In the data below, work out how many lines include the string "with". Only the number should be given.

=====

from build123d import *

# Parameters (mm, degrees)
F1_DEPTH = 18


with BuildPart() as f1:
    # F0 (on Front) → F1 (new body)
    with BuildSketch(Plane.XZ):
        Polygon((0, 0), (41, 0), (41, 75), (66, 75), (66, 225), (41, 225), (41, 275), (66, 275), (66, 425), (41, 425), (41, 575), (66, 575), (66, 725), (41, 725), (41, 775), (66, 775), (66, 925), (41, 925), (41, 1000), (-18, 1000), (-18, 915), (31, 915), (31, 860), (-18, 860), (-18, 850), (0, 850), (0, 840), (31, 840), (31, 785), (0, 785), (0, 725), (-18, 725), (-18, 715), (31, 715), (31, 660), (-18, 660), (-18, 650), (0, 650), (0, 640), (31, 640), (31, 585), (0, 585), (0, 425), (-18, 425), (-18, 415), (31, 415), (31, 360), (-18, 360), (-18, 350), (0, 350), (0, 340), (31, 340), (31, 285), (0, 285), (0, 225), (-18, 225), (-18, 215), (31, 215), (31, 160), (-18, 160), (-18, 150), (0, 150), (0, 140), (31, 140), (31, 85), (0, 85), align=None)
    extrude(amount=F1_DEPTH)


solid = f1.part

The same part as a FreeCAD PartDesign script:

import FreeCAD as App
import Part
import Sketcher

doc = App.newDocument("Part")
body = doc.addObject("PartDesign::Body", "Body")

# Sketch on XZ plane
sketch1 = body.newObject("Sketcher::SketchObject", "Sketch")
sketch1.AttachmentSupport = (doc.getObject("XZ_Plane"), [""])
sketch1.MapMode = "FlatFace"
sketch1.addGeometry([
    Part.LineSegment(App.Vector(0, 0, 0), App.Vector(41, 0, 0)),  # 0
    Part.LineSegment(App.Vector(41, 0, 0), App.Vector(41, 75, 0)),  # 1
    Part.LineSegment(App.Vector(41, 75, 0), App.Vector(66, 75, 0)),  # 2
    Part.LineSegment(App.Vector(66, 75, 0), App.Vector(66, 225, 0)),  # 3
    Part.LineSegment(App.Vector(66, 225, 0), App.Vector(41, 225, 0)),  # 4
    Part.LineSegment(App.Vector(41, 225, 0), App.Vector(41, 275, 0)),  # 5
    Part.LineSegment(App.Vector(41, 275, 0), App.Vector(66, 275, 0)),  # 6
    Part.LineSegment(App.Vector(66, 275, 0), App.Vector(66, 425, 0)),  # 7
    Part.LineSegment(App.Vector(66, 425, 0), App.Vector(41, 425, 0)),  # 8
    Part.LineSegment(App.Vector(41, 425, 0), App.Vector(41, 575, 0)),  # 9
    Part.LineSegment(App.Vector(41, 575, 0), App.Vector(66, 575, 0)),  # 10
    Part.LineSegment(App.Vector(66, 575, 0), App.Vector(66, 725, 0)),  # 11
    Part.LineSegment(App.Vector(66, 725, 0), App.Vector(41, 725, 0)),  # 12
    Part.LineSegment(App.Vector(41, 725, 0), App.Vector(41, 775, 0)),  # 13
    Part.LineSegment(App.Vector(41, 775, 0), App.Vector(66, 775, 0)),  # 14
    Part.LineSegment(App.Vector(66, 775, 0), App.Vector(66, 925, 0)),  # 15
    Part.LineSegment(App.Vector(66, 925, 0), App.Vector(41, 925, 0)),  # 16
    Part.LineSegment(App.Vector(41, 925, 0), App.Vector(41, 1000, 0)),  # 17
    Part.LineSegment(App.Vector(41, 1000, 0), App.Vector(-18, 1000, 0)),  # 18
    Part.LineSegment(App.Vector(-18, 1000, 0), App.Vector(-18, 915, 0)),  # 19
    Part.LineSegment(App.Vector(-18, 915, 0), App.Vector(31, 915, 0)),  # 20
    Part.LineSegment(App.Vector(31, 915, 0), App.Vector(31, 860, 0)),  # 21
    Part.LineSegment(App.Vector(31, 860, 0), App.Vector(-18, 860, 0)),  # 22
    Part.LineSegment(App.Vector(-18, 860, 0), App.Vector(-18, 850, 0)),  # 23
    Part.LineSegment(App.Vector(-18, 850, 0), App.Vector(0, 850, 0)),  # 24
    Part.LineSegment(App.Vector(0, 850, 0), App.Vector(0, 840, 0)),  # 25
    Part.LineSegment(App.Vector(0, 840, 0), App.Vector(31, 840, 0)),  # 26
    Part.LineSegment(App.Vector(31, 840, 0), App.Vector(31, 785, 0)),  # 27
    Part.LineSegment(App.Vector(31, 785, 0), App.Vector(0, 785, 0)),  # 28
    Part.LineSegment(App.Vector(0, 785, 0), App.Vector(0, 725, 0)),  # 29
    Part.LineSegment(App.Vector(0, 725, 0), App.Vector(-18, 725, 0)),  # 30
    Part.LineSegment(App.Vector(-18, 725, 0), App.Vector(-18, 715, 0)),  # 31
    Part.LineSegment(App.Vector(-18, 715, 0), App.Vector(31, 715, 0)),  # 32
    Part.LineSegment(App.Vector(31, 715, 0), App.Vector(31, 660, 0)),  # 33
    Part.LineSegment(App.Vector(31, 660, 0), App.Vector(-18, 660, 0)),  # 34
    Part.LineSegment(App.Vector(-18, 660, 0), App.Vector(-18, 650, 0)),  # 35
    Part.LineSegment(App.Vector(-18, 650, 0), App.Vector(0, 650, 0)),  # 36
    Part.LineSegment(App.Vector(0, 650, 0), App.Vector(0, 640, 0)),  # 37
    Part.LineSegment(App.Vector(0, 640, 0), App.Vector(31, 640, 0)),  # 38
    Part.LineSegment(App.Vector(31, 640, 0), App.Vector(31, 585, 0)),  # 39
    Part.LineSegment(App.Vector(31, 585, 0), App.Vector(0, 585, 0)),  # 40
    Part.LineSegment(App.Vector(0, 585, 0), App.Vector(0, 425, 0)),  # 41
    Part.LineSegment(App.Vector(0, 425, 0), App.Vector(-18, 425, 0)),  # 42
    Part.LineSegment(App.Vector(-18, 425, 0), App.Vector(-18, 415, 0)),  # 43
    Part.LineSegment(App.Vector(-18, 415, 0), App.Vector(31, 415, 0)),  # 44
    Part.LineSegment(App.Vector(31, 415, 0), App.Vector(31, 360, 0)),  # 45
    Part.LineSegment(App.Vector(31, 360, 0), App.Vector(-18, 360, 0)),  # 46
    Part.LineSegment(App.Vector(-18, 360, 0), App.Vector(-18, 350, 0)),  # 47
    Part.LineSegment(App.Vector(-18, 350, 0), App.Vector(0, 350, 0)),  # 48
    Part.LineSegment(App.Vector(0, 350, 0), App.Vector(0, 340, 0)),  # 49
    Part.LineSegment(App.Vector(0, 340, 0), App.Vector(31, 340, 0)),  # 50
    Part.LineSegment(App.Vector(31, 340, 0), App.Vector(31, 285, 0)),  # 51
    Part.LineSegment(App.Vector(31, 285, 0), App.Vector(0, 285, 0)),  # 52
    Part.LineSegment(App.Vector(0, 285, 0), App.Vector(0, 225, 0)),  # 53
    Part.LineSegment(App.Vector(0, 225, 0), App.Vector(-18, 225, 0)),  # 54
    Part.LineSegment(App.Vector(-18, 225, 0), App.Vector(-18, 215, 0)),  # 55
    Part.LineSegment(App.Vector(-18, 215, 0), App.Vector(31, 215, 0)),  # 56
    Part.LineSegment(App.Vector(31, 215, 0), App.Vector(31, 160, 0)),  # 57
    Part.LineSegment(App.Vector(31, 160, 0), App.Vector(-18, 160, 0)),  # 58
    Part.LineSegment(App.Vector(-18, 160, 0), App.Vector(-18, 150, 0)),  # 59
    Part.LineSegment(App.Vector(-18, 150, 0), App.Vector(0, 150, 0)),  # 60
    Part.LineSegment(App.Vector(0, 150, 0), App.Vector(0, 140, 0)),  # 61
    Part.LineSegment(App.Vector(0, 140, 0), App.Vector(31, 140, 0)),  # 62
    Part.LineSegment(App.Vector(31, 140, 0), App.Vector(31, 85, 0)),  # 63
    Part.LineSegment(App.Vector(31, 85, 0), App.Vector(0, 85, 0)),  # 64
    Part.LineSegment(App.Vector(0, 85, 0), App.Vector(0, 0, 0)),  # 65
], False)
sketch1.addConstraint([
    Sketcher.Constraint("Coincident", 0, 2, 1, 1),
    Sketcher.Constraint("Coincident", 1, 2, 2, 1),
    Sketcher.Constraint("Coincident", 2, 2, 3, 1),
    Sketcher.Constraint("Coincident", 3, 2, 4, 1),
    Sketcher.Constraint("Coincident", 4, 2, 5, 1),
    Sketcher.Constraint("Coincident", 5, 2, 6, 1),
    Sketcher.Constraint("Coincident", 6, 2, 7, 1),
    Sketcher.Constraint("Coincident", 7, 2, 8, 1),
    Sketcher.Constraint("Coincident", 8, 2, 9, 1),
    Sketcher.Constraint("Coincident", 9, 2, 10, 1),
    Sketcher.Constraint("Coincident", 10, 2, 11, 1),
    Sketcher.Constraint("Coincident", 11, 2, 12, 1),
    Sketcher.Constraint("Coincident", 12, 2, 13, 1),
    Sketcher.Constraint("Coincident", 13, 2, 14, 1),
    Sketcher.Constraint("Coincident", 14, 2, 15, 1),
    Sketcher.Constraint("Coincident", 15, 2, 16, 1),
    Sketcher.Constraint("Coincident", 16, 2, 17, 1),
    Sketcher.Constraint("Coincident", 17, 2, 18, 1),
    Sketcher.Constraint("Coincident", 18, 2, 19, 1),
    Sketcher.Constraint("Coincident", 19, 2, 20, 1),
    Sketcher.Constraint("Coincident", 20, 2, 21, 1),
    Sketcher.Constraint("Coincident", 21, 2, 22, 1),
    Sketcher.Constraint("Coincident", 22, 2, 23, 1),
    Sketcher.Constraint("Coincident", 23, 2, 24, 1),
    Sketcher.Constraint("Coincident", 24, 2, 25, 1),
    Sketcher.Constraint("Coincident", 25, 2, 26, 1),
    Sketcher.Constraint("Coincident", 26, 2, 27, 1),
    Sketcher.Constraint("Coincident", 27, 2, 28, 1),
    Sketcher.Constraint("Coincident", 28, 2, 29, 1),
    Sketcher.Constraint("Coincident", 29, 2, 30, 1),
    Sketcher.Constraint("Coincident", 30, 2, 31, 1),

=====

◆ Answer to this exercise:
2